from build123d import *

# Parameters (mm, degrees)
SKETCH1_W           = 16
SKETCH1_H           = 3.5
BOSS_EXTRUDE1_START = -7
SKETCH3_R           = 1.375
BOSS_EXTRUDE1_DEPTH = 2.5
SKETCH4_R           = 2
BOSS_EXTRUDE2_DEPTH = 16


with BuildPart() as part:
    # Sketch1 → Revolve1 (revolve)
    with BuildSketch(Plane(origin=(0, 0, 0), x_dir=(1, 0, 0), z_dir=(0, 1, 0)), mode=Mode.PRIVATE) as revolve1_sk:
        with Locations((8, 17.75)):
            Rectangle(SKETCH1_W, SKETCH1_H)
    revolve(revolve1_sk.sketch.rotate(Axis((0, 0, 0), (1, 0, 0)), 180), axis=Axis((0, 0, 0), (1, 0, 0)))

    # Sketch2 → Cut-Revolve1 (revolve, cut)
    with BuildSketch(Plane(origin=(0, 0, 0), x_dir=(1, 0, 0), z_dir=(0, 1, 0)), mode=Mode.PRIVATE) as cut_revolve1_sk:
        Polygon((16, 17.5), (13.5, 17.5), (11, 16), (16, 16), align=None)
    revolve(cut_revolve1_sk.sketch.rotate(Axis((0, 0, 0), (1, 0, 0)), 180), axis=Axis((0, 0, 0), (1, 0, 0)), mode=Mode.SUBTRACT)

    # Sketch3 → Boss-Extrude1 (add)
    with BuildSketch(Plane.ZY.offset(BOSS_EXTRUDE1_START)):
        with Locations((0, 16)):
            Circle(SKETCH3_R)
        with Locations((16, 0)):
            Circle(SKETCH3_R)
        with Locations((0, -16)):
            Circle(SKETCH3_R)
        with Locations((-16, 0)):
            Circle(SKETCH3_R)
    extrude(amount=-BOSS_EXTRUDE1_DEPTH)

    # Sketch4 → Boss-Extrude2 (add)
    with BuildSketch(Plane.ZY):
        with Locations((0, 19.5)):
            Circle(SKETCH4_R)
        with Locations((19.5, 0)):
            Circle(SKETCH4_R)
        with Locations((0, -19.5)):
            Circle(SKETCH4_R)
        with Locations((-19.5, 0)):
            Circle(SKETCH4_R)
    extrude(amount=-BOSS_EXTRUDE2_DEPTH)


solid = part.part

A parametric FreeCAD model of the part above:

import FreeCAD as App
import Part
import Sketcher

doc = App.newDocument("Part")
body = doc.addObject("PartDesign::Body", "Body")

# Sketch on XZ plane
sketch1 = doc.addObject("Sketcher::SketchObject", "Sketch")
body.addObject(sketch1)
sketch1.AttachmentSupport = (doc.XZ_Plane, [""])
sketch1.MapMode = "FlatFace"
sketch1.addGeometry([
    Part.LineSegment(App.Vector(0, -19.5, 0), App.Vector(0, -16, 0)),
    Part.LineSegment(App.Vector(0, -16, 0), App.Vector(16, -16, 0)),
    Part.LineSegment(App.Vector(16, -16, 0), App.Vector(16, -19.5, 0)),
    Part.LineSegment(App.Vector(16, -19.5, 0), App.Vector(0, -19.5, 0)),
], False)
sketch1.addConstraint([
    Sketcher.Constraint("Coincident", 0, 2, 1, 1),
    Sketcher.Constraint("Coincident", 1, 2, 2, 1),
    Sketcher.Constraint("Coincident", 2, 2, 3, 1),
    Sketcher.Constraint("Coincident", 3, 2, 0, 1),
    Sketcher.Constraint("Vertical", 0),
    Sketcher.Constraint("Horizontal", 1),
    Sketcher.Constraint("Vertical", 2),
    Sketcher.Constraint("Horizontal", 3),
    Sketcher.Constraint("PointOnObject", 0, 2, -2),
    Sketcher.Constraint("DistanceX", 1, 1, 1, 2, 16.0),
    Sketcher.Constraint("DistanceY", 0, 1, 0, 2, 3.5),
    Sketcher.Constraint("DistanceY", 0, 2, -1, 1, 16.0),
])
revolution = doc.addObject("PartDesign::Revolution", "Revolution")
body.addObject(revolution)
revolution.Profile = sketch1
revolution.ReferenceAxis = (sketch1, ["H_Axis"])
revolution.Angle = 360

# Sketch on XZ plane
sketch2 = doc.addObject("Sketcher::SketchObject", "Sketch001")
body.addObject(sketch2)
sketch2.AttachmentSupport = (doc.XZ_Plane, [""])
sketch2.MapMode = "FlatFace"
sketch2.addGeometry([
    Part.LineSegment(App.Vector(16, -17.5, 0), App.Vector(13.5, -17.5, 0)),
    Part.LineSegment(App.Vector(13.5, -17.5, 0), App.Vector(11, -16, 0)),
    Part.LineSegment(App.Vector(11, -16, 0), App.Vector(16, -16, 0)),
    Part.LineSegment(App.Vector(16, -16, 0), App.Vector(16, -17.5, 0)),
], False)
sketch2.addConstraint([
    Sketcher.Constraint("Coincident", 0, 2, 1, 1),
    Sketcher.Constraint("Coincident", 1, 2, 2, 1),
    Sketcher.Constraint("Coincident", 2, 2, 3, 1),
    Sketcher.Constraint("Coincident", 3, 2, 0, 1),
    Sketcher.Constraint("Horizontal", 0),
    Sketcher.Constraint("Horizontal", 2),
    Sketcher.Constraint("Vertical", 3),
    Sketcher.Constraint("DistanceX", 2, 1, 2, 2, 5.0),
    Sketcher.Constraint("DistanceX", 0, 2, 0, 1, 2.5),
    Sketcher.Constraint("DistanceY", 3, 2, 3, 1, 1.5),
    Sketcher.Constraint("DistanceX", -1, 1, 1, 2, 11.0),
    Sketcher.Constraint("DistanceY", 1, 2, -1, 1, 16.0),
])
groove = doc.addObject("PartDesign::Groove", "Groove")
body.addObject(groove)
groove.Profile = sketch2
groove.ReferenceAxis = (sketch2, ["H_Axis"])
groove.Angle = 360

# Sketch on YZ plane
sketch3 = doc.addObject("Sketcher::SketchObject", "Sketch002")
body.addObject(sketch3)
sketch3.AttachmentSupport = (doc.YZ_Plane, [""])
sketch3.MapMode = "FlatFace"
sketch3.AttachmentOffset = App.Placement(App.Vector(0, 0, 7), App.Rotation())
sketch3.addGeometry([
    Part.Circle(App.Vector(16, 0, 0), App.Vector(0, 0, 1), 1.375),
    Part.Circle(App.Vector(0, 16, 0), App.Vector(0, 0, 1), 1.375),
    Part.Circle(App.Vector(-16, 0, 0), App.Vector(0, 0, 1), 1.375),
    Part.Circle(App.Vector(0, -16, 0), App.Vector(0, 0, 1), 1.375),
], False)
sketch3.addConstraint([
    Sketcher.Constraint("Equal", 0, 1),
    Sketcher.Constraint("Equal", 1, 2),
    Sketcher.Constraint("Equal", 2, 3),
    Sketcher.Constraint("Symmetric", 0, 3, 2, 3, -1, 1),
    Sketcher.Constraint("Symmetric", 1, 3, 3, 3, -1, 1),
    Sketcher.Constraint("PointOnObject", 0, 3, -1),
    Sketcher.Constraint("PointOnObject", 1, 3, -2),
    Sketcher.Constraint("Diameter", 0, 2.75),
    Sketcher.Constraint("DistanceX", -1, 1, 0, 3, 16.0),
    Sketcher.Constraint("DistanceY", -1, 1, 1, 3, 16.0),
])
pad1 = doc.addObject("PartDesign::Pad", "Pad")
body.addObject(pad1)
pad1.Profile = sketch3
pad1.Length = 2.5

# Sketch on YZ plane
sketch4 = doc.addObject("Sketcher::SketchObject", "Sketch003")
body.addObject(sketch4)
sketch4.AttachmentSupport = (doc.YZ_Plane, [""])
sketch4.MapMode = "FlatFace"
sketch4.addGeometry([
    Part.Circle(App.Vector(19.5, 0, 0), App.Vector(0, 0, 1), 2),
    Part.Circle(App.Vector(0, 19.5, 0), App.Vector(0, 0, 1), 2),
    Part.Circle(App.Vector(-19.5, 0, 0), App.Vector(0, 0, 1), 2),
    Part.Circle(App.Vector(0, -19.5, 0), App.Vector(0, 0, 1), 2),
], False)
sketch4.addConstraint([
    Sketcher.Constraint("Equal", 0, 1),
    Sketcher.Constraint("Equal", 1, 2),
    Sketcher.Constraint("Equal", 2, 3),
    Sketcher.Constraint("Symmetric", 0, 3, 2, 3, -1, 1),
    Sketcher.Constraint("Symmetric", 1, 3, 3, 3, -1, 1),
    Sketcher.Constraint("PointOnObject", 0, 3, -1),
    Sketcher.Constraint("PointOnObject", 1, 3, -2),
    Sketcher.Constraint("Diameter", 0, 4.0),
    Sketcher.Constraint("DistanceX", 2, 3, 0, 3, 39.0),
    Sketcher.Constraint("DistanceY", 3, 3, 1, 3, 39.0),
])
pad2 = doc.addObject("PartDesign::Pad", "Pad001")
body.addObject(pad2)
pad2.Profile = sketch4
pad2.Length = 16

doc.recompute()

*-*-*

I'd like the lines above from the one with "BOSS_EXTRUDE2_DEPTH = 16" up to and including the one with "A parametric FreeCAD" copied exactly, with no other lines.

BOSS_EXTRUDE2_DEPTH = 16


with BuildPart() as part:
    # Sketch1 → Revolve1 (revolve)
    with BuildSketch(Plane(origin=(0, 0, 0), x_dir=(1, 0, 0), z_dir=(0, 1, 0)), mode=Mode.PRIVATE) as revolve1_sk:
        with Locations((8, 17.75)):
            Rectangle(SKETCH1_W, SKETCH1_H)
    revolve(revolve1_sk.sketch.rotate(Axis((0, 0, 0), (1, 0, 0)), 180), axis=Axis((0, 0, 0), (1, 0, 0)))

    # Sketch2 → Cut-Revolve1 (revolve, cut)
    with BuildSketch(Plane(origin=(0, 0, 0), x_dir=(1, 0, 0), z_dir=(0, 1, 0)), mode=Mode.PRIVATE) as cut_revolve1_sk:
        Polygon((16, 17.5), (13.5, 17.5), (11, 16), (16, 16), align=None)
    revolve(cut_revolve1_sk.sketch.rotate(Axis((0, 0, 0), (1, 0, 0)), 180), axis=Axis((0, 0, 0), (1, 0, 0)), mode=Mode.SUBTRACT)

    # Sketch3 → Boss-Extrude1 (add)
    with BuildSketch(Plane.ZY.offset(BOSS_EXTRUDE1_START)):
        with Locations((0, 16)):
            Circle(SKETCH3_R)
        with Locations((16, 0)):
            Circle(SKETCH3_R)
        with Locations((0, -16)):
            Circle(SKETCH3_R)
        with Locations((-16, 0)):
            Circle(SKETCH3_R)
    extrude(amount=-BOSS_EXTRUDE1_DEPTH)

    # Sketch4 → Boss-Extrude2 (add)
    with BuildSketch(Plane.ZY):
        with Locations((0, 19.5)):
            Circle(SKETCH4_R)
        with Locations((19.5, 0)):
            Circle(SKETCH4_R)
        with Locations((0, -19.5)):
            Circle(SKETCH4_R)
        with Locations((-19.5, 0)):
            Circle(SKETCH4_R)
    extrude(amount=-BOSS_EXTRUDE2_DEPTH)


solid = part.part

A parametric FreeCAD model of the part above:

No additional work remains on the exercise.